◆ **EXERCISE INSTRUCTIONS**:
Your task is to repeat exactly the lines below between the line holding "v11 (-6.35,85.725,-1.6002)" and the line holding "v21 (12.7,92.075,0)", inclusive, and only those.

Collected data entries:
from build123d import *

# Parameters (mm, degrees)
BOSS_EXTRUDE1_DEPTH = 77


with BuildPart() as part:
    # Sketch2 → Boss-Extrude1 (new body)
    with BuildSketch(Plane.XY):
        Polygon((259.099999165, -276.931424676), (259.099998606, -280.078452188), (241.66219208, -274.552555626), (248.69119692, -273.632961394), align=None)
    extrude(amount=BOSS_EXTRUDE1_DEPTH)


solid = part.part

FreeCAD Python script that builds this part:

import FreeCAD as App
import Part
import Sketcher

doc = App.newDocument("Part")
body = doc.addObject("PartDesign::Body", "Body")

sketch1 = doc.addObject("Sketcher::SketchObject", "Sketch")
body.addObject(sketch1)
sketch1.AttachmentSupport = (doc.XY_Plane, [""])
sketch1.MapMode = "FlatFace"
sketch1.addGeometry([
    Part.LineSegment(App.Vector(259.099999, -280.078452, 0), App.Vector(259.099999, -276.931425, 0)),
    Part.LineSegment(App.Vector(259.099999, -276.931425, 0), App.Vector(248.691197, -273.632961, 0)),
    Part.LineSegment(App.Vector(248.691197, -273.632961, 0), App.Vector(241.662192, -274.552556, 0)),
    Part.LineSegment(App.Vector(241.662192, -274.552556, 0), App.Vector(259.099999, -280.078452, 0)),
], False)
sketch1.addConstraint([
    Sketcher.Constraint("Coincident", 0, 2, 1, 1),
    Sketcher.Constraint("Coincident", 1, 2, 2, 1),
    Sketcher.Constraint("Coincident", 2, 2, 3, 1),
    Sketcher.Constraint("Coincident", 3, 2, 0, 1),
    Sketcher.Constraint("Vertical", 0),
    Sketcher.Constraint("Parallel", 1, 3),
    Sketcher.Constraint("DistanceX", -1, 1, 0, 2, 259.099999),
    Sketcher.Constraint("DistanceX", 1, 2, 3, 2, 10.408802),
    Sketcher.Constraint("Distance", 1, 10.91893),
    Sketcher.Constraint("Distance", 3, 18.29242),
    Sketcher.Constraint("DistanceY", 0, 1, 0, 2, 3.147028),
    Sketcher.Constraint("DistanceY", 1, 2, -1, 1, 273.632961),
])
pad1 = doc.addObject("PartDesign::Pad", "Pad")
body.addObject(pad1)
pad1.Profile = sketch1
pad1.Length = 77

doc.recompute()
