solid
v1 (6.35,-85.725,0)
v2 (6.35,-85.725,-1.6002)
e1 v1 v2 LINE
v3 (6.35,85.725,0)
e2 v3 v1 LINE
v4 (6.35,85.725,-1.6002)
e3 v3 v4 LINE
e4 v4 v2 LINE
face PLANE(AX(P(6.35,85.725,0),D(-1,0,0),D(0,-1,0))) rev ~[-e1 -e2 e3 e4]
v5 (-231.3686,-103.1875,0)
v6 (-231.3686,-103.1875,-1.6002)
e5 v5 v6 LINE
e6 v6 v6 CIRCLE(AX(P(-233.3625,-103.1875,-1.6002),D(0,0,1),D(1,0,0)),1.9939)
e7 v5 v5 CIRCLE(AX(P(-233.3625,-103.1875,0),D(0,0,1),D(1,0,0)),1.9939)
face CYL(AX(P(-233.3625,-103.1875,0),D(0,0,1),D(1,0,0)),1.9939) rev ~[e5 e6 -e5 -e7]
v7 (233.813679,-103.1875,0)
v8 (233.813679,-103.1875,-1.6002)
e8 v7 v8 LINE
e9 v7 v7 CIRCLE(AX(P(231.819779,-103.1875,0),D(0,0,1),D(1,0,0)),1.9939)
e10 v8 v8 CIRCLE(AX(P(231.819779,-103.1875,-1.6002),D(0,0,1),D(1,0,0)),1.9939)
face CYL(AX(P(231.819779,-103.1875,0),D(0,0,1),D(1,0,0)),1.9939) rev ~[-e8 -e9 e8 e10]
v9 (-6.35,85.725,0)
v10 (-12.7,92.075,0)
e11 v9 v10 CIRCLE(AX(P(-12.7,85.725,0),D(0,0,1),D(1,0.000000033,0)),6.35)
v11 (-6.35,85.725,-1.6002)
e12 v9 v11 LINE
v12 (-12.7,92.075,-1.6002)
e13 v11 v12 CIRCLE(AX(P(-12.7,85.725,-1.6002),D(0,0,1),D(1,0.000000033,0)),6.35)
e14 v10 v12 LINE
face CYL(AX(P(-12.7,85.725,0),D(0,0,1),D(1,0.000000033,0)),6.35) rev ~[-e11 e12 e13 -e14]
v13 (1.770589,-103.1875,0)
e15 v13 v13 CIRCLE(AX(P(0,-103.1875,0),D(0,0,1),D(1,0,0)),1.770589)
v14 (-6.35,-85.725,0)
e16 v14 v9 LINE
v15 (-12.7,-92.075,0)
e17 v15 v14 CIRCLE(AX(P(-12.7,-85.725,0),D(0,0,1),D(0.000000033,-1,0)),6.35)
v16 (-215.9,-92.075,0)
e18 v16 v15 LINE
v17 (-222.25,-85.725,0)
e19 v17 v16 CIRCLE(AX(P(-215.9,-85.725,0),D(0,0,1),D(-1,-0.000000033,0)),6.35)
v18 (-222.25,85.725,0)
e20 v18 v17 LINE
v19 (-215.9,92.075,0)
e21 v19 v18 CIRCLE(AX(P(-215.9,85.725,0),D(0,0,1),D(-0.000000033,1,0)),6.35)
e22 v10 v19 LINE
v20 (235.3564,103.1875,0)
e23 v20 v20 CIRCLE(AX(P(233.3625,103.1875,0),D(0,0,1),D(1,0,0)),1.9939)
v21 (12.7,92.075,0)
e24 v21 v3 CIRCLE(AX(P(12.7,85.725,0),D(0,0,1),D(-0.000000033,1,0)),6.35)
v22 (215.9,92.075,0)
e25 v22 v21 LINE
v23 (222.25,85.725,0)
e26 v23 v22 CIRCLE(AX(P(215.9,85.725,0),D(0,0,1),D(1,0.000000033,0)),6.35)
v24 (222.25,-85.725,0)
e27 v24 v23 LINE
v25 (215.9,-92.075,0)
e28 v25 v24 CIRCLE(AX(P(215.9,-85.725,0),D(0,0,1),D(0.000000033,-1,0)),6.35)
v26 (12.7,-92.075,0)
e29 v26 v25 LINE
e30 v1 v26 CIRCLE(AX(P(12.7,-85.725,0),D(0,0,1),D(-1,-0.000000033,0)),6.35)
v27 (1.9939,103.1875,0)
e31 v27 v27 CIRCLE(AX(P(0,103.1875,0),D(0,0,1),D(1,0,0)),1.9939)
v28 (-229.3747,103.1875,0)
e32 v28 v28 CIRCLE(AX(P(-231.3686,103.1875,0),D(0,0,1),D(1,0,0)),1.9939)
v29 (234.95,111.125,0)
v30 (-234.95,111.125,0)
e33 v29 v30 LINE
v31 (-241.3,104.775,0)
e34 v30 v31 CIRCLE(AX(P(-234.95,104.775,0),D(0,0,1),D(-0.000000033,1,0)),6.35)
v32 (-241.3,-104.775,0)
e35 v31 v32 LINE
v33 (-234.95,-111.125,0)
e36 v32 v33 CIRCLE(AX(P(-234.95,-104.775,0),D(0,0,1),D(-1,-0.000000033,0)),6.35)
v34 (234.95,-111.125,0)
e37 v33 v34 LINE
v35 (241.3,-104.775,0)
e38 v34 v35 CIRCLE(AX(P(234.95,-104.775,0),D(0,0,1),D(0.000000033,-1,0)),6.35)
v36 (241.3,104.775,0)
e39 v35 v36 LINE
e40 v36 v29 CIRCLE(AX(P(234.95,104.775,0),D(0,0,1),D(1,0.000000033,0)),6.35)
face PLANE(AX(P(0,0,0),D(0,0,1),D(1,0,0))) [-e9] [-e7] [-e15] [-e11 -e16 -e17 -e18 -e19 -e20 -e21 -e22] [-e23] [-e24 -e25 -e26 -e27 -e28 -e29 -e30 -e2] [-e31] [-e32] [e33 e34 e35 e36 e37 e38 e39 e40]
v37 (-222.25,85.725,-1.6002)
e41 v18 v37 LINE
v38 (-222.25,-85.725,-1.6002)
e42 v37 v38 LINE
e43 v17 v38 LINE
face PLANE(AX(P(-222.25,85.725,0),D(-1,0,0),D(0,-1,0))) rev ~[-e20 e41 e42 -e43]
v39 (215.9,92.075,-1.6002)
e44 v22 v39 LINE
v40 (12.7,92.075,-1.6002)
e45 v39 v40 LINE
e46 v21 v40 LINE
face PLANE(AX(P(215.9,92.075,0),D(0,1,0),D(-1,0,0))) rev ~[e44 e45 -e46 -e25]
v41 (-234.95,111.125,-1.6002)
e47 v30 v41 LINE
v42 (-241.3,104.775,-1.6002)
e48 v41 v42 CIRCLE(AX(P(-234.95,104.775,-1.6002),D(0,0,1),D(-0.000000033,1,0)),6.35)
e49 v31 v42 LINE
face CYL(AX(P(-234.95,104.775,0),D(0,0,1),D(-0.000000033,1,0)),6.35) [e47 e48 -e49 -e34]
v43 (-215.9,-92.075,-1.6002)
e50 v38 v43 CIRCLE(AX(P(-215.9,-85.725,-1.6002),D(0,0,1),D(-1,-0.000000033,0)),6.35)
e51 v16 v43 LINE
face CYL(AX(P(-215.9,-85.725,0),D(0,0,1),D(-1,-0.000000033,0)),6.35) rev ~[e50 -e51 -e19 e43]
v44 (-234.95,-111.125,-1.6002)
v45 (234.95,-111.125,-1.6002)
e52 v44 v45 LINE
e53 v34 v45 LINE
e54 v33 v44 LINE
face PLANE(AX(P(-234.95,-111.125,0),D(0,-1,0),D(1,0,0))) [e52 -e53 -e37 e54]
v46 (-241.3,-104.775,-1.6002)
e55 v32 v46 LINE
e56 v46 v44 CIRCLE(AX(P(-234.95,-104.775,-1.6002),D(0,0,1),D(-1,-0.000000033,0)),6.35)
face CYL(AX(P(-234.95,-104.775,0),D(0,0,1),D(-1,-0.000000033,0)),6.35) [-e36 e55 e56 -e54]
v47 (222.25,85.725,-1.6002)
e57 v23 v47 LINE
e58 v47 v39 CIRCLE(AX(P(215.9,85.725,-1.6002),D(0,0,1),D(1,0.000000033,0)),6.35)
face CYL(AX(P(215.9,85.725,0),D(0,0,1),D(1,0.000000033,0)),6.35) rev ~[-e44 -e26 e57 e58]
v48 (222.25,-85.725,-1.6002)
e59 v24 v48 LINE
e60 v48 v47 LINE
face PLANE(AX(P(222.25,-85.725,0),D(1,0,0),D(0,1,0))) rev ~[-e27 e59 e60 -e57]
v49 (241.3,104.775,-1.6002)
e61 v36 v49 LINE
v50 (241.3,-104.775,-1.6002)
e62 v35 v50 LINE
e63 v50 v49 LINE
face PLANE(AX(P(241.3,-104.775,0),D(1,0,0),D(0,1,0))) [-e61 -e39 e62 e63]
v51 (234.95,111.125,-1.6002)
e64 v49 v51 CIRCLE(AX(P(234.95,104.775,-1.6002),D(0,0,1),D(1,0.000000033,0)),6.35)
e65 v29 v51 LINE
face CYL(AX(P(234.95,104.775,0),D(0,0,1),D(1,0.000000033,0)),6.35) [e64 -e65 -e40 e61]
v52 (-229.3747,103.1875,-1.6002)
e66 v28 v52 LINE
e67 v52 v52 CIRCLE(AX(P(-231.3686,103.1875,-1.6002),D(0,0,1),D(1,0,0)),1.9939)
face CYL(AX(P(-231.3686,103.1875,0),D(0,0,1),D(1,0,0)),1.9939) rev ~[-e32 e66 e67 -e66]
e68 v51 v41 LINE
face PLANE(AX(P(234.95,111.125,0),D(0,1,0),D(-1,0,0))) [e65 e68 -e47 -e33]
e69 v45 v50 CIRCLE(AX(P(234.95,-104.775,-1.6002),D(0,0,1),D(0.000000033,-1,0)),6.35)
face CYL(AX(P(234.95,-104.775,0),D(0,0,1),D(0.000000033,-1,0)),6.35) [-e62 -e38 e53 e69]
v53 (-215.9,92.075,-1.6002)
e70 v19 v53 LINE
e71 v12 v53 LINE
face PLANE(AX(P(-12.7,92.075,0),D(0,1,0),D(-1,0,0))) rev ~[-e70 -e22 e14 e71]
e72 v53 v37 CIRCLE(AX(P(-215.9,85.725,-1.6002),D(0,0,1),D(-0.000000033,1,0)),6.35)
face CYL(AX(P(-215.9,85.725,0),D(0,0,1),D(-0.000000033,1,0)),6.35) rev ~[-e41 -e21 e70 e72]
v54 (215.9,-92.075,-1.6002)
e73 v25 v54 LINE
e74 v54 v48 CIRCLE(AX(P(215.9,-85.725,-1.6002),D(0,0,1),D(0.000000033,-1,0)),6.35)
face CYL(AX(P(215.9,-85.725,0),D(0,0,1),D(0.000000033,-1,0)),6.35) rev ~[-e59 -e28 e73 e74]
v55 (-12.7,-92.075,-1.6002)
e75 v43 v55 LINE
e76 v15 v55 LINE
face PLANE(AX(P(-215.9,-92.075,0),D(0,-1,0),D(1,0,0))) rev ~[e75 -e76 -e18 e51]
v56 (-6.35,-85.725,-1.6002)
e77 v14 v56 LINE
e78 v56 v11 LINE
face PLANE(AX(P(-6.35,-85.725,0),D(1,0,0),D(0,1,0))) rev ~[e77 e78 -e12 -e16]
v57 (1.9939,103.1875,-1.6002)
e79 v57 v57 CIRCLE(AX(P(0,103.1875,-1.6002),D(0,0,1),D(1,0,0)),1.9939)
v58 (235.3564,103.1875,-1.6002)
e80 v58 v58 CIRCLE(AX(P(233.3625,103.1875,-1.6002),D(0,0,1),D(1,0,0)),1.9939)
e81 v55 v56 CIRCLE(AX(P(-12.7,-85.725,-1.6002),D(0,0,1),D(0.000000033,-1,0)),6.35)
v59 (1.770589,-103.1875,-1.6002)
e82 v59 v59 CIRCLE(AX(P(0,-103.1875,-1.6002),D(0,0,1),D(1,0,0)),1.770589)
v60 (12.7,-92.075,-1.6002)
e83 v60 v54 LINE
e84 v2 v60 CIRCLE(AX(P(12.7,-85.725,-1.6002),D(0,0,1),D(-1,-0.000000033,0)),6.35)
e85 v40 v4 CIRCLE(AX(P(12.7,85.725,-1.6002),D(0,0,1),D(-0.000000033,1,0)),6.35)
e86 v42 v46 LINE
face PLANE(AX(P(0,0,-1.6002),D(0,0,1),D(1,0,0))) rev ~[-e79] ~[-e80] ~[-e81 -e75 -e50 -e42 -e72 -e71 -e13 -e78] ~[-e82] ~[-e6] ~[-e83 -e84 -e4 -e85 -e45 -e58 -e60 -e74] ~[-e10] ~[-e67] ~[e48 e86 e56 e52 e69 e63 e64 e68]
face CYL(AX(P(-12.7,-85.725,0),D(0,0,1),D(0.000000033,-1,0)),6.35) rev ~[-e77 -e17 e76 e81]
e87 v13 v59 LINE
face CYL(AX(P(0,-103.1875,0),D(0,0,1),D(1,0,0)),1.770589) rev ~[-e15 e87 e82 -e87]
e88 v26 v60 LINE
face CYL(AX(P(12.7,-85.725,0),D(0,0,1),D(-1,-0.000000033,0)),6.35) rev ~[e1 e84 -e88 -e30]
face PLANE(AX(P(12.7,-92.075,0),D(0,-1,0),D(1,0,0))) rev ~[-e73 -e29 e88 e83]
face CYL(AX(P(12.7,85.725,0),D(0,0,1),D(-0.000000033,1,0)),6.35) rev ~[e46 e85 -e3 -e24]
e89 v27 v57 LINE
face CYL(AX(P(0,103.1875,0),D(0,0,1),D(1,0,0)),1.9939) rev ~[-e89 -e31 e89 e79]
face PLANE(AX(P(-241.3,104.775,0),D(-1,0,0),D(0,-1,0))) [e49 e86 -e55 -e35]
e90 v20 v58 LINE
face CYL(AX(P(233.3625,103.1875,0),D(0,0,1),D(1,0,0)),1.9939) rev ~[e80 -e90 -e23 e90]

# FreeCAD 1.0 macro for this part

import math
import FreeCAD as App
import Part
import Sketcher
from FreeCAD import Vector
Q = App.Units.Quantity

doc = App.newDocument("Part")
body = doc.addObject("PartDesign::Body", "Body")

# Sketch on XY plane
sketch1 = doc.addObject("Sketcher::SketchObject", "Sketch")
body.addObject(sketch1)
sketch1.AttachmentSupport = (doc.XY_Plane, [""])
sketch1.MapMode = "FlatFace"
sketch1.addGeometry(Part.ArcOfCircle(Part.Circle(Vector(-234.95, -104.775, 0), Vector(0, 0, 1), 6.35), math.radians(-179.999998), math.radians(-90.000002)), False)
sketch1.addGeometry(Part.LineSegment(Vector(-234.95, -111.125, 0), Vector(234.95, -111.125, 0)), False)
sketch1.addGeometry(Part.ArcOfCircle(Part.Circle(Vector(234.95, -104.775, 0), Vector(0, 0, 1), 6.35), math.radians(-89.999998), math.radians(-0.000002)), False)
sketch1.addGeometry(Part.LineSegment(Vector(241.3, -104.775, 0), Vector(241.3, 104.775, 0)), False)
sketch1.addGeometry(Part.ArcOfCircle(Part.Circle(Vector(234.95, 104.775, 0), Vector(0, 0, 1), 6.35), math.radians(0.000002), math.radians(89.999998)), False)
sketch1.addGeometry(Part.LineSegment(Vector(234.95, 111.125, 0), Vector(-234.95, 111.125, 0)), False)
sketch1.addGeometry(Part.ArcOfCircle(Part.Circle(Vector(-234.95, 104.775, 0), Vector(0, 0, 1), 6.35), math.radians(90.000002), math.radians(179.999998)), False)
sketch1.addGeometry(Part.LineSegment(Vector(-241.3, 104.775, 0), Vector(-241.3, -104.775, 0)), False)
sketch1.addConstraint(Sketcher.Constraint("Tangent", 0, 2, 1, 1))
sketch1.addConstraint(Sketcher.Constraint("Tangent", 1, 2, 2, 1))
sketch1.addConstraint(Sketcher.Constraint("Tangent", 2, 2, 3, 1))
sketch1.addConstraint(Sketcher.Constraint("Tangent", 3, 2, 4, 1))
sketch1.addConstraint(Sketcher.Constraint("Tangent", 4, 2, 5, 1))
sketch1.addConstraint(Sketcher.Constraint("Tangent", 5, 2, 6, 1))
sketch1.addConstraint(Sketcher.Constraint("Tangent", 6, 2, 7, 1))
sketch1.addConstraint(Sketcher.Constraint("Tangent", 7, 2, 0, 1))
sketch1.addConstraint(Sketcher.Constraint("Horizontal", 1))
sketch1.addConstraint(Sketcher.Constraint("Vertical", 3))
sketch1.addConstraint(Sketcher.Constraint("Horizontal", 5))
sketch1.addConstraint(Sketcher.Constraint("Vertical", 7))
sketch1.addConstraint(Sketcher.Constraint("Equal", 0, 2))
sketch1.addConstraint(Sketcher.Constraint("Equal", 2, 4))
sketch1.addConstraint(Sketcher.Constraint("Equal", 4, 6))
sketch1.addConstraint(Sketcher.Constraint("Symmetric", 0, 3, 4, 3, -1, 1))
sketch1.addConstraint(Sketcher.Constraint("Radius", 0, Q("0.25 in")))
sketch1.addConstraint(Sketcher.Constraint("DistanceX", 1, 1, 1, 2, Q("18.5 in")))
sketch1.addConstraint(Sketcher.Constraint("DistanceY", 3, 1, 3, 2, Q("8.25 in")))
pad1 = doc.addObject("PartDesign::Pad", "Pad")
body.addObject(pad1)
pad1.Profile = sketch1
pad1.Length = Q("0.063 in")
pad1.Reversed = True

◆ **SOLVED PROBLEM**:
v11 (-6.35,85.725,-1.6002)
e12 v9 v11 LINE
v12 (-12.7,92.075,-1.6002)
e13 v11 v12 CIRCLE(AX(P(-12.7,85.725,-1.6002),D(0,0,1),D(1,0.000000033,0)),6.35)
e14 v10 v12 LINE
face CYL(AX(P(-12.7,85.725,0),D(0,0,1),D(1,0.000000033,0)),6.35) rev ~[-e11 e12 e13 -e14]
v13 (1.770589,-103.1875,0)
e15 v13 v13 CIRCLE(AX(P(0,-103.1875,0),D(0,0,1),D(1,0,0)),1.770589)
v14 (-6.35,-85.725,0)
e16 v14 v9 LINE
v15 (-12.7,-92.075,0)
e17 v15 v14 CIRCLE(AX(P(-12.7,-85.725,0),D(0,0,1),D(0.000000033,-1,0)),6.35)
v16 (-215.9,-92.075,0)
e18 v16 v15 LINE
v17 (-222.25,-85.725,0)
e19 v17 v16 CIRCLE(AX(P(-215.9,-85.725,0),D(0,0,1),D(-1,-0.000000033,0)),6.35)
v18 (-222.25,85.725,0)
e20 v18 v17 LINE
v19 (-215.9,92.075,0)
e21 v19 v18 CIRCLE(AX(P(-215.9,85.725,0),D(0,0,1),D(-0.000000033,1,0)),6.35)
e22 v10 v19 LINE
v20 (235.3564,103.1875,0)
e23 v20 v20 CIRCLE(AX(P(233.3625,103.1875,0),D(0,0,1),D(1,0,0)),1.9939)
v21 (12.7,92.075,0)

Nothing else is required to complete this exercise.